How do I write a correct micro-benchmark in Java?
How do you write (and run) a correct micro-benchmark in Java?
I'm looking for some code samples and comments illustrating various things to think about.
Example: Should the benchmark measure time/iteration or iterations/time, and why?
Related: Is stopwatch benchmarking acceptable?
Solution 1:
Tips about writing micro benchmarks from the creators of Java HotSpot:
Rule 0: Read a reputable paper on JVMs and micro-benchmarking. A good one is Brian Goetz, 2005. Do not expect too much from micro-benchmarks; they measure only a limited range of JVM performance characteristics.
Rule 1: Always include a warmup phase which runs your test kernel all the way through, enough to trigger all initializations and compilations before timing phase(s). (Fewer iterations is OK on the warmup phase. The rule of thumb is several tens of thousands of inner loop iterations.)
Rule 2: Always run with -XX:+PrintCompilation
, -verbose:gc
, etc., so you can verify that the compiler and other parts of the JVM are not doing unexpected work during your timing phase.
Rule 2.1: Print messages at the beginning and end of timing and warmup phases, so you can verify that there is no output from Rule 2 during the timing phase.
Rule 3: Be aware of the difference between -client
and -server
, and OSR and regular compilations.
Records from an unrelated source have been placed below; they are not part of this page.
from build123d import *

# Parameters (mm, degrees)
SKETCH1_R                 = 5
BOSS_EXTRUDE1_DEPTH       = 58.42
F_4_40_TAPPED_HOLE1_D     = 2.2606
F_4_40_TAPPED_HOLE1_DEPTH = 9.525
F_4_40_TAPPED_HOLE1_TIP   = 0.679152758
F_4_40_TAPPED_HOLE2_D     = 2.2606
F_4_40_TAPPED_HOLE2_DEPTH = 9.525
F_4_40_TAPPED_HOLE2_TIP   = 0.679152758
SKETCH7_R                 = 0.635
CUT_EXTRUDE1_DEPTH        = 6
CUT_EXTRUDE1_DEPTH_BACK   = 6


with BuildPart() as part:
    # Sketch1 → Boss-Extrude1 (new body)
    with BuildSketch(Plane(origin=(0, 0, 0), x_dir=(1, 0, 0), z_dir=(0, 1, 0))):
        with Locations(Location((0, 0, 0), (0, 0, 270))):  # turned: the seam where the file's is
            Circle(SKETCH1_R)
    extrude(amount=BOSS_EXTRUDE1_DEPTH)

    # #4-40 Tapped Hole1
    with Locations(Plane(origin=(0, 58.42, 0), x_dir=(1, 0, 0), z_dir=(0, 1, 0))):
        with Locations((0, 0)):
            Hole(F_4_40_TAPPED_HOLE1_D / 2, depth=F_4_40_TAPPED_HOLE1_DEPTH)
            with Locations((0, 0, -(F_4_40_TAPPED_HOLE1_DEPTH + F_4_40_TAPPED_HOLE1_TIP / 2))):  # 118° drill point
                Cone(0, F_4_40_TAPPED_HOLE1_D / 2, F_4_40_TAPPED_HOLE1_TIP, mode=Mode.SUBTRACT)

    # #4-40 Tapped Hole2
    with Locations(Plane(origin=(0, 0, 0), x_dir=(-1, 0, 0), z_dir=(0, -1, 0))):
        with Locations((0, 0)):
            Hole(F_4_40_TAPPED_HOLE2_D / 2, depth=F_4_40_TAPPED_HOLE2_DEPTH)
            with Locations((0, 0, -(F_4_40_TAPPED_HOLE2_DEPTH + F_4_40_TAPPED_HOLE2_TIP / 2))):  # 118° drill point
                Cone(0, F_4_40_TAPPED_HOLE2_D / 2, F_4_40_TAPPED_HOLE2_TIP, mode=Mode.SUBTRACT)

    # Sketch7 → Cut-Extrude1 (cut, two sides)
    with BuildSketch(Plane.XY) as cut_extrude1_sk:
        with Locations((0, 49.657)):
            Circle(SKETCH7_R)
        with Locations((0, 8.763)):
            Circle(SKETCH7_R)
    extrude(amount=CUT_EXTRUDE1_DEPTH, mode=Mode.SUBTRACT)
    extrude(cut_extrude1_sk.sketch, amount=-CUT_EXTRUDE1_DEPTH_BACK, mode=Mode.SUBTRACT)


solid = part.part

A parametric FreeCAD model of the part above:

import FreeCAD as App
import Part
import Sketcher
from FreeCAD import Vector
Q = App.Units.Quantity

doc = App.newDocument("Part")
params = doc.addObject("Spreadsheet::Sheet", "Params")
for row, (alias, value) in enumerate([
    ("pad1_length", "2.3 in"),
    ("sketch2_diameter", "0.089 in"),
    ("hole_diameter", "0.089 in"),
    ("hole_depth", "0.375 in"),
    ("sketch3_diameter", "0.089 in"),
    ("hole2_diameter", "0.089 in"),
    ("hole2_depth", "0.375 in"),
    ("sketch4_diameter", "0.05 in"),
], start=1):
    params.set(f"A{row}", alias)
    params.set(f"B{row}", "=" + value)
    params.setAlias(f"B{row}", alias)

body = doc.addObject("PartDesign::Body", "Body")

sketch1 = body.newObject("Sketcher::SketchObject", "Sketch")
sketch1.AttachmentSupport = (doc.getObject("XZ_Plane"), [""])
sketch1.MapMode = "FlatFace"
sketch1.addGeometry(Part.Circle(Vector(0, 0, 0), Vector(0, 0, 1), 5), False)
sketch1.addConstraint(Sketcher.Constraint("Coincident", 0, 3, -1, 1))
sketch1.addConstraint(Sketcher.Constraint("Diameter", 0, Q("10 mm")))
pad1 = body.newObject("PartDesign::Pad", "Pad")
pad1.Profile = sketch1
pad1.setExpression("Length", "Params.pad1_length")
pad1.Reversed = True

sketch2 = body.newObject("Sketcher::SketchObject", "Sketch001")
sketch2.AttachmentSupport = (doc.getObject("XZ_Plane"), [""])
sketch2.MapMode = "FlatFace"
sketch2.AttachmentOffset = App.Placement(Vector(0, 0, -2.3 * 25.4), App.Rotation())
sketch2.addGeometry(Part.Circle(Vector(0, 0, 0), Vector(0, 0, 1), 1.1), False)
sketch2.addConstraint(Sketcher.Constraint("Coincident", 0, 3, -1, 1))
sketch2.addConstraint(Sketcher.Constraint("Diameter", 0, Q("0.089 in")))
sketch2.setExpression("Constraints[1]", "Params.sketch2_diameter")
doc.recompute()
hole = body.newObject("PartDesign::Hole", "Hole")
hole.Profile = sketch2
hole.ThreadType = "None"
hole.setExpression("Diameter", "Params.hole_diameter")
hole.DepthType = "Dimension"
hole.setExpression("Depth", "Params.hole_depth")
hole.DrillPoint = "Angled"
hole.DrillPointAngle = 118
hole.Reversed = True

sketch3 = body.newObject("Sketcher::SketchObject", "Sketch002")
sketch3.AttachmentSupport = (doc.getObject("XZ_Plane"), [""])
sketch3.MapMode = "FlatFace"
sketch3.addGeometry(Part.Circle(Vector(0, 0, 0), Vector(0, 0, 1), 1.1), False)
sketch3.addConstraint(Sketcher.Constraint("Coincident", 0, 3, -1, 1))
sketch3.addConstraint(Sketcher.Constraint("Diameter", 0, Q("0.089 in")))
sketch3.setExpression("Constraints[1]", "Params.sketch3_diameter")
doc.recompute()
hole2 = body.newObject("PartDesign::Hole", "Hole001")
hole2.Profile = sketch3
hole2.ThreadType = "None"
hole2.setExpression("Diameter", "Params.hole2_diameter")
hole2.DepthType = "Dimension"
hole2.setExpression("Depth", "Params.hole2_depth")
hole2.DrillPoint = "Angled"
hole2.DrillPointAngle = 118

sketch4 = body.newObject("Sketcher::SketchObject", "Sketch003")
sketch4.AttachmentSupport = (doc.getObject("XY_Plane"), [""])
sketch4.MapMode = "FlatFace"
sketch4.addGeometry(Part.Circle(Vector(0, 49.7, 0), Vector(0, 0, 1), 0.6), False)
sketch4.addGeometry(Part.Circle(Vector(0, 8.8, 0), Vector(0, 0, 1), 0.6), False)
sketch4.addConstraint(Sketcher.Constraint("Equal", 0, 1))
sketch4.addConstraint(Sketcher.Constraint("PointOnObject", 0, 3, -2))
sketch4.addConstraint(Sketcher.Constraint("PointOnObject", 1, 3, -2))
sketch4.addConstraint(Sketcher.Constraint("Diameter", 0, Q("0.05 in")))
sketch4.addConstraint(Sketcher.Constraint("DistanceY", 1, 3, 0, 3, Q("1.61 in")))
sketch4.addConstraint(Sketcher.Constraint("DistanceY", -1, 1, 0, 3, Q("1.955 in")))
sketch4.setExpression("Constraints[3]", "Params.sketch4_diameter")
pocket1 = body.newObject("PartDesign::Pocket", "Pocket")
pocket1.Profile = sketch4
pocket1.Type = "ThroughAll"
pocket1.Midplane = True

doc.recompute()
The -XX:+PrintCompilation
flag reports OSR compilations with an at-sign to denote the non-initial entry point, for example: Trouble$1::run @ 2 (41 bytes)
. Prefer server to client, and regular to OSR, if you are after best performance.
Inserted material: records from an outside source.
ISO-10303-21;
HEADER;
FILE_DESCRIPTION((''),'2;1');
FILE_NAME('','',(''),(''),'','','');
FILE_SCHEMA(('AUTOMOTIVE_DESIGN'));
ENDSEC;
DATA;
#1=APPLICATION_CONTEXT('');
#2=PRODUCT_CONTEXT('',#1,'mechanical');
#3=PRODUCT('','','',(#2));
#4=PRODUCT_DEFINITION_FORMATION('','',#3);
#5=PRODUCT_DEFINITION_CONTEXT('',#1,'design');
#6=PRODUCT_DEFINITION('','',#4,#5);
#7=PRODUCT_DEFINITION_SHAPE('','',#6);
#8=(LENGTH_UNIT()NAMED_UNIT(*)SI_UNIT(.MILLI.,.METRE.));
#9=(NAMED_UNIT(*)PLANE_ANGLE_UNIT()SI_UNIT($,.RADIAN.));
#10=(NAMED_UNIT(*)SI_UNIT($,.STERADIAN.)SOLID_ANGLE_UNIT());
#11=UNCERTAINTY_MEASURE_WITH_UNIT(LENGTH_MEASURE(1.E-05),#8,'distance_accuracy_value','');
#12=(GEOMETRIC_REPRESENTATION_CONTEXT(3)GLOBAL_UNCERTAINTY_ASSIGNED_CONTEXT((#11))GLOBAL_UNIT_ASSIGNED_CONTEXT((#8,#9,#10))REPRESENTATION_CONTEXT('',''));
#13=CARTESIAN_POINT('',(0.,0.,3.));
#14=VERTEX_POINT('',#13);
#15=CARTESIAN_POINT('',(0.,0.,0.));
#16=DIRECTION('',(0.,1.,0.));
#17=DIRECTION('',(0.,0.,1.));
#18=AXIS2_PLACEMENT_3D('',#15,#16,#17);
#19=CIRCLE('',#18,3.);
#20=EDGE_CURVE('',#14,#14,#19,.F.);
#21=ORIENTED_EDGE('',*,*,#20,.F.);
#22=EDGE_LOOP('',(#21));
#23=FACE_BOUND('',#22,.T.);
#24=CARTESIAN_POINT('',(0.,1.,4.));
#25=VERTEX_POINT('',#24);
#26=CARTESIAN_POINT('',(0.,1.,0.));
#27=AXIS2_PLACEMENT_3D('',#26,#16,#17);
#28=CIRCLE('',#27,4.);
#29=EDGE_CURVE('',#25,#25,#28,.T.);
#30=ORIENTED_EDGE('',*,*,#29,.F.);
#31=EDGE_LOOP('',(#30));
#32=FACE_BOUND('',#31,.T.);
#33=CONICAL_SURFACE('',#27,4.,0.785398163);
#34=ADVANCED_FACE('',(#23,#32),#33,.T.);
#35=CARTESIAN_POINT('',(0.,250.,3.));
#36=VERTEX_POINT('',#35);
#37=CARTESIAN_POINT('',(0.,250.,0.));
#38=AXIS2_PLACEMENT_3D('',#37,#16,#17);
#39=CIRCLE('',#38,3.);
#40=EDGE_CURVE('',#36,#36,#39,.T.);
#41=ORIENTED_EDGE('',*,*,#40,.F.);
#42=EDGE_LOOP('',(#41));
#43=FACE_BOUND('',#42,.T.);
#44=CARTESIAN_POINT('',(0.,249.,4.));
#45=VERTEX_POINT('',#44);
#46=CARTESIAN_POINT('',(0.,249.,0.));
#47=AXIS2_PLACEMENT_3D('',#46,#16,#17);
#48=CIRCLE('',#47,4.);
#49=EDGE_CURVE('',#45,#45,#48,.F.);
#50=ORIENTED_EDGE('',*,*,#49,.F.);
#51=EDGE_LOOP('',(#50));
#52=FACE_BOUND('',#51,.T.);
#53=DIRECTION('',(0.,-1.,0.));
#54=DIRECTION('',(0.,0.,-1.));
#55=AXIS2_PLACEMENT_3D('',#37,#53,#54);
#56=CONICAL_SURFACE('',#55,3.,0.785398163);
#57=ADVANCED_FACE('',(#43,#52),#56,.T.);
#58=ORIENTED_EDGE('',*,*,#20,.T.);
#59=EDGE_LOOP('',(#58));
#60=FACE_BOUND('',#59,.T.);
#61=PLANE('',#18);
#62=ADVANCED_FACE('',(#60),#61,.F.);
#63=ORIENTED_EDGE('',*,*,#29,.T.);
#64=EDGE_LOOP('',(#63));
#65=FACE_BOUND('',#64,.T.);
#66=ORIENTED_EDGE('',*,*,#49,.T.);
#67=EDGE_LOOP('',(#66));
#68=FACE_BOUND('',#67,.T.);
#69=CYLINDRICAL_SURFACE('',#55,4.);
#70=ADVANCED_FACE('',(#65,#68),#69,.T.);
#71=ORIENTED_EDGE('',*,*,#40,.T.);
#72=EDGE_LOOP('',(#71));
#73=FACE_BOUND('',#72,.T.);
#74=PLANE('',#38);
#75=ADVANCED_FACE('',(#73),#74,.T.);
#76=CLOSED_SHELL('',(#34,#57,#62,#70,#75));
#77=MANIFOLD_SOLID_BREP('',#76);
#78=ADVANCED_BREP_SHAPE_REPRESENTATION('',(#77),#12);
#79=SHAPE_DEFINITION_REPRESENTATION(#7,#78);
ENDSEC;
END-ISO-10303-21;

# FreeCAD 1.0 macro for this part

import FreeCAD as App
import Part
import Sketcher

V = App.Vector


def edges_at(feature, points):
    """Names of the edges that pass closest to the given points."""
    edges = feature.Shape.Edges
    near = lambda p: min(range(len(edges)), key=lambda i: edges[i].distToShape(Part.Vertex(*p))[0])
    return sorted({f"Edge{near(p) + 1}" for p in points})

doc = App.newDocument("Part")
body = doc.addObject("PartDesign::Body", "Body")

# Sketch on XZ plane
sketch1 = doc.addObject("Sketcher::SketchObject", "Sketch")
body.addObject(sketch1)
sketch1.AttachmentSupport = (doc.XZ_Plane, [""])
sketch1.MapMode = "FlatFace"
sketch1.addGeometry(Part.Circle(V(0, 0, 0), V(0, 0, 1), 4), False)
sketch1.addConstraint(Sketcher.Constraint("Coincident", 0, 3, -1, 1))
sketch1.addConstraint(Sketcher.Constraint("Diameter", 0, 8.0))
pad1 = doc.addObject("PartDesign::Pad", "Pad")
body.addObject(pad1)
pad1.Profile = sketch1
pad1.Length = 250
pad1.Reversed = True
doc.recompute()

chamfer = doc.addObject("PartDesign::Chamfer", "Chamfer")
body.addObject(chamfer)
chamfer.Base = (pad1, edges_at(pad1, [(-4, 0, 0), (-4, 250, 0)]))
chamfer.Size = 1

doc.recompute()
Rule 4: Be aware of initialization effects. Do not print for the first time during your timing phase, since printing loads and initializes classes. Do not load new classes outside of the warmup phase (or final reporting phase), unless you are testing class loading specifically (and in that case load only the test classes). Rule 2 is your first line of defense against such effects.
Rule 5: Be aware of deoptimization and recompilation effects. Do not take any code path for the first time in the timing phase, because the compiler may junk and recompile the code, based on an earlier optimistic assumption that the path was not going to be used at all. Rule 2 is your first line of defense against such effects.
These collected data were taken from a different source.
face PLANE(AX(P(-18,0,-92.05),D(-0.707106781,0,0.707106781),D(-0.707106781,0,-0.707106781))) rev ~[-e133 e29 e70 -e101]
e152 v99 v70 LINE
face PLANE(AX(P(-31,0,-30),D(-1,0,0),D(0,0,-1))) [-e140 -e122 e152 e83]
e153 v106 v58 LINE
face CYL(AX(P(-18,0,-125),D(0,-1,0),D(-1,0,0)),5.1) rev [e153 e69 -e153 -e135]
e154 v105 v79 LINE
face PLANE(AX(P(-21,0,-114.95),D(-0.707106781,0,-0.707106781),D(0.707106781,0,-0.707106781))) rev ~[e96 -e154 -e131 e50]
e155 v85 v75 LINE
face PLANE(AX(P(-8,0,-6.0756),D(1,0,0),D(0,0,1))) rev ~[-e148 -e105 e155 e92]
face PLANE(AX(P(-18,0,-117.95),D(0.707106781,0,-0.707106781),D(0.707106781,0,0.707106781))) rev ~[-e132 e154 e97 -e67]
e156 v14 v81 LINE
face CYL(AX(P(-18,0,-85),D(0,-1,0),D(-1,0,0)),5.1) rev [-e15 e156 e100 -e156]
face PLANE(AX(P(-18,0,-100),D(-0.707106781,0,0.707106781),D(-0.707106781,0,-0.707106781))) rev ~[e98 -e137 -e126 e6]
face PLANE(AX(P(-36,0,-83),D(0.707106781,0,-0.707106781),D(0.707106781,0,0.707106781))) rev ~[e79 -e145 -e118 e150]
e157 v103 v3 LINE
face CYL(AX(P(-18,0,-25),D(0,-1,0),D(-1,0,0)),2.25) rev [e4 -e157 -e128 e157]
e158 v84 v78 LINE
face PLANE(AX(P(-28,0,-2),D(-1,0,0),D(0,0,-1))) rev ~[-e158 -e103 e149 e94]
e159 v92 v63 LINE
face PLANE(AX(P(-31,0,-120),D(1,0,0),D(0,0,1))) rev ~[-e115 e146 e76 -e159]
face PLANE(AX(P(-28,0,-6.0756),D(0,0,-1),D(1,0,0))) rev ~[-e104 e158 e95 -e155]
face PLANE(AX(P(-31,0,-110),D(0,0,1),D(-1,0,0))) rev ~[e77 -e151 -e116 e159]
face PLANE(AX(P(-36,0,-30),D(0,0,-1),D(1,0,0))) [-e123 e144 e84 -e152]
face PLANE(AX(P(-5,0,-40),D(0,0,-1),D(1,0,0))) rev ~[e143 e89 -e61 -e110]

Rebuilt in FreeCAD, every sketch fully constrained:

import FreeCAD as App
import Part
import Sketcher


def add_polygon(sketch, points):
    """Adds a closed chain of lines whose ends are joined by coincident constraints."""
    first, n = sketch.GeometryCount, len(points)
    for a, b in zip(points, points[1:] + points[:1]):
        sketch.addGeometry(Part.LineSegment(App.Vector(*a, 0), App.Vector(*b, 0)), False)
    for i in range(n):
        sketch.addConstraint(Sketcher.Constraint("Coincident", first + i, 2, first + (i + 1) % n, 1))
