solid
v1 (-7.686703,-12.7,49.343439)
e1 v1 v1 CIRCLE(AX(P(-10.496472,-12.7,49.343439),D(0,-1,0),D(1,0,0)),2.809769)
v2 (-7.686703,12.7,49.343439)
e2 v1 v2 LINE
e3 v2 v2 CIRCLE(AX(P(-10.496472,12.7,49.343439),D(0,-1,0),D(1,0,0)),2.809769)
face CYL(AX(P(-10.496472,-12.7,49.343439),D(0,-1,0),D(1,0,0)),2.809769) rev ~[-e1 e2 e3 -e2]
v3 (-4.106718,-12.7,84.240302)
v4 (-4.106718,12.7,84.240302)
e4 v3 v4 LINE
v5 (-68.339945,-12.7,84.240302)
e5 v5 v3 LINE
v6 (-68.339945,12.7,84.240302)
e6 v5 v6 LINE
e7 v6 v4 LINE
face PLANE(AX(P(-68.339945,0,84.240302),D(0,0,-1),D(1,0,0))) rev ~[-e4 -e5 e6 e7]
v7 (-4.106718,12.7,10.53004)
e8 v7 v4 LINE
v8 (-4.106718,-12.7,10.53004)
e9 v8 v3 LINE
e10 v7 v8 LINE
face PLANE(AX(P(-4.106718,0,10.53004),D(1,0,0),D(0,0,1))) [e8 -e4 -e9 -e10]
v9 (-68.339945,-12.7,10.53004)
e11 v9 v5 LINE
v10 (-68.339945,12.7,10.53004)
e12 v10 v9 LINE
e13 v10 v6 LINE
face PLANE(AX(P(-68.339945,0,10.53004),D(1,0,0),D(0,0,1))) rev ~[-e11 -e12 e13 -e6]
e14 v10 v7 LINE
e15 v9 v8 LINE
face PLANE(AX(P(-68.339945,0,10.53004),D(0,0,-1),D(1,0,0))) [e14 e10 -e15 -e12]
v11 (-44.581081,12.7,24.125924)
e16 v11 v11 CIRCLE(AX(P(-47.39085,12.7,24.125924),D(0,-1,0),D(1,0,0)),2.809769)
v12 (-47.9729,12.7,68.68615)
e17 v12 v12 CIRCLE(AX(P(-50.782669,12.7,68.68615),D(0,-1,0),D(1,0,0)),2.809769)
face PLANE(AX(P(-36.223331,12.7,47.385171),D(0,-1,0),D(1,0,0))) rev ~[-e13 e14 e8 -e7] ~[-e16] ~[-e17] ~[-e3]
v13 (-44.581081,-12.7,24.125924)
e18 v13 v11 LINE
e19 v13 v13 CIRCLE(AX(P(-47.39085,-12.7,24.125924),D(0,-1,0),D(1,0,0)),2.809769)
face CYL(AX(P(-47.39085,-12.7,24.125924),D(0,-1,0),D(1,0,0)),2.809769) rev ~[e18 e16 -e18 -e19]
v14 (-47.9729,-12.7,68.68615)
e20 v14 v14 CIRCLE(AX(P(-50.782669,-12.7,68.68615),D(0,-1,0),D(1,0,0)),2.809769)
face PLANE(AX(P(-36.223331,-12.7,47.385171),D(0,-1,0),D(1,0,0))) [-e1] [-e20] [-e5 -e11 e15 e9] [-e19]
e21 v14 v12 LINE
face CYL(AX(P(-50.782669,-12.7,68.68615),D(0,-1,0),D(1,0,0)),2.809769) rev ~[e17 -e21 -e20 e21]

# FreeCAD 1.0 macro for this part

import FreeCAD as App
import Part
import Sketcher

V = App.Vector
Q = App.Units.Quantity


def add_polygon(sketch, points):
    """Adds a closed chain of lines whose ends are joined by coincident constraints."""
    first, n = sketch.GeometryCount, len(points)
    for a, b in zip(points, points[1:] + points[:1]):
        sketch.addGeometry(Part.LineSegment(App.Vector(*a, 0), App.Vector(*b, 0)), False)
    for i in range(n):
        sketch.addConstraint(Sketcher.Constraint("Coincident", first + i, 2, first + (i + 1) % n, 1))

doc = App.newDocument("Part")
body = doc.addObject("PartDesign::Body", "Body")

# Sketch on XZ plane
sketch1 = body.newObject("Sketcher::SketchObject", "Sketch")
sketch1.AttachmentSupport = (doc.getObject("XZ_Plane"), [""])
sketch1.MapMode = "FlatFace"
add_polygon(sketch1, [(-68, 84), (-68, 11), (-4, 11), (-4, 84)])  # lines 0-3
sketch1.addConstraint([
    Sketcher.Constraint("Vertical", 0),
    Sketcher.Constraint("Horizontal", 1),
    Sketcher.Constraint("Vertical", 2),
    Sketcher.Constraint("Horizontal", 3),
    Sketcher.Constraint("DistanceY", 0, 2, 0, 1, 73.710262),
    Sketcher.Constraint("DistanceY", -1, 1, 2, 2, 84.240302),
    Sketcher.Constraint("DistanceX", 1, 1, 1, 2, 64.233227),
    Sketcher.Constraint("DistanceX", 0, 2, -1, 1, 68.339945),
])
pad1 = body.newObject("PartDesign::Pad", "Pad")
pad1.Profile = sketch1
pad1.Length = Q("1 in")
pad1.Midplane = True

# Sketch on XZ plane
sketch2 = body.newObject("Sketcher::SketchObject", "Sketch001")
sketch2.AttachmentSupport = (doc.getObject("XZ_Plane"), [""])
sketch2.MapMode = "FlatFace"
sketch2.AttachmentOffset = App.Placement(V(0, 0, 0.5 * 25.4), App.Rotation())
sketch2.addGeometry([
    Part.Circle(V(-50.8, 68.7, 0), V(0, 0, 1), 2.8),
    Part.Circle(V(-47.4, 24.1, 0), V(0, 0, 1), 2.8),
    Part.Circle(V(-10.5, 49.3, 0), V(0, 0, 1), 2.8),
], False)
sketch2.addConstraint([
    Sketcher.Constraint("Equal", 0, 1),
    Sketcher.Constraint("Equal", 1, 2),
    Sketcher.Constraint("Diameter", 0, 5.619538),
    Sketcher.Constraint("DistanceX", 0, 3, -1, 1, 50.782669),
    Sketcher.Constraint("DistanceY", -1, 1, 0, 3, 68.68615),
    Sketcher.Constraint("DistanceX", 1, 3, -1, 1, 47.39085),
    Sketcher.Constraint("DistanceY", -1, 1, 2, 3, 49.343439),
    Sketcher.Constraint("DistanceX", 1, 3, 2, 3, 36.894378),
    Sketcher.Constraint("DistanceY", -1, 1, 1, 3, 24.125924),
])
pocket1 = body.newObject("PartDesign::Pocket", "Pocket")
pocket1.Profile = sketch2
pocket1.Type = "ThroughAll"

doc.recompute()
Rule 6: Use appropriate tools to read the compiler's mind, and expect to be surprised by the code it produces. Inspect the code yourself before forming theories about what makes something faster or slower.
Rule 7: Reduce noise in your measurements. Run your benchmark on a quiet machine, and run it several times, discarding outliers. Use -Xbatch
to serialize the compiler with the application, and consider setting -XX:CICompilerCount=1
to prevent the compiler from running in parallel with itself. Try your best to reduce GC overhead, set Xmx
(large enough) equals Xms
and use UseEpsilonGC
if it is available.
Rule 8: Use a library for your benchmark as it is probably more efficient and was already debugged for this sole purpose. Such as JMH, Caliper or Bill and Paul's Excellent UCSD Benchmarks for Java.
Solution 2:
I know this question has been marked as answered but I wanted to mention two libraries that help us to write micro benchmarks
Caliper from Google
Getting started tutorials
- http://codingjunkie.net/micro-benchmarking-with-caliper/
- http://vertexlabs.co.uk/blog/caliper
JMH from OpenJDK
Getting started tutorials
- Avoiding Benchmarking Pitfalls on the JVM
- Using JMH for Java Microbenchmarking
- Introduction to JMH
Solution 3:
Important things for Java benchmarks are:
- Warm up the JIT first by running the code several times before timing it
- Make sure you run it for long enough to be able to measure the results in seconds or (better) tens of seconds
- While you can't call
System.gc()
between iterations, it's a good idea to run it between tests, so that each test will hopefully get a "clean" memory space to work with. (Yes,gc()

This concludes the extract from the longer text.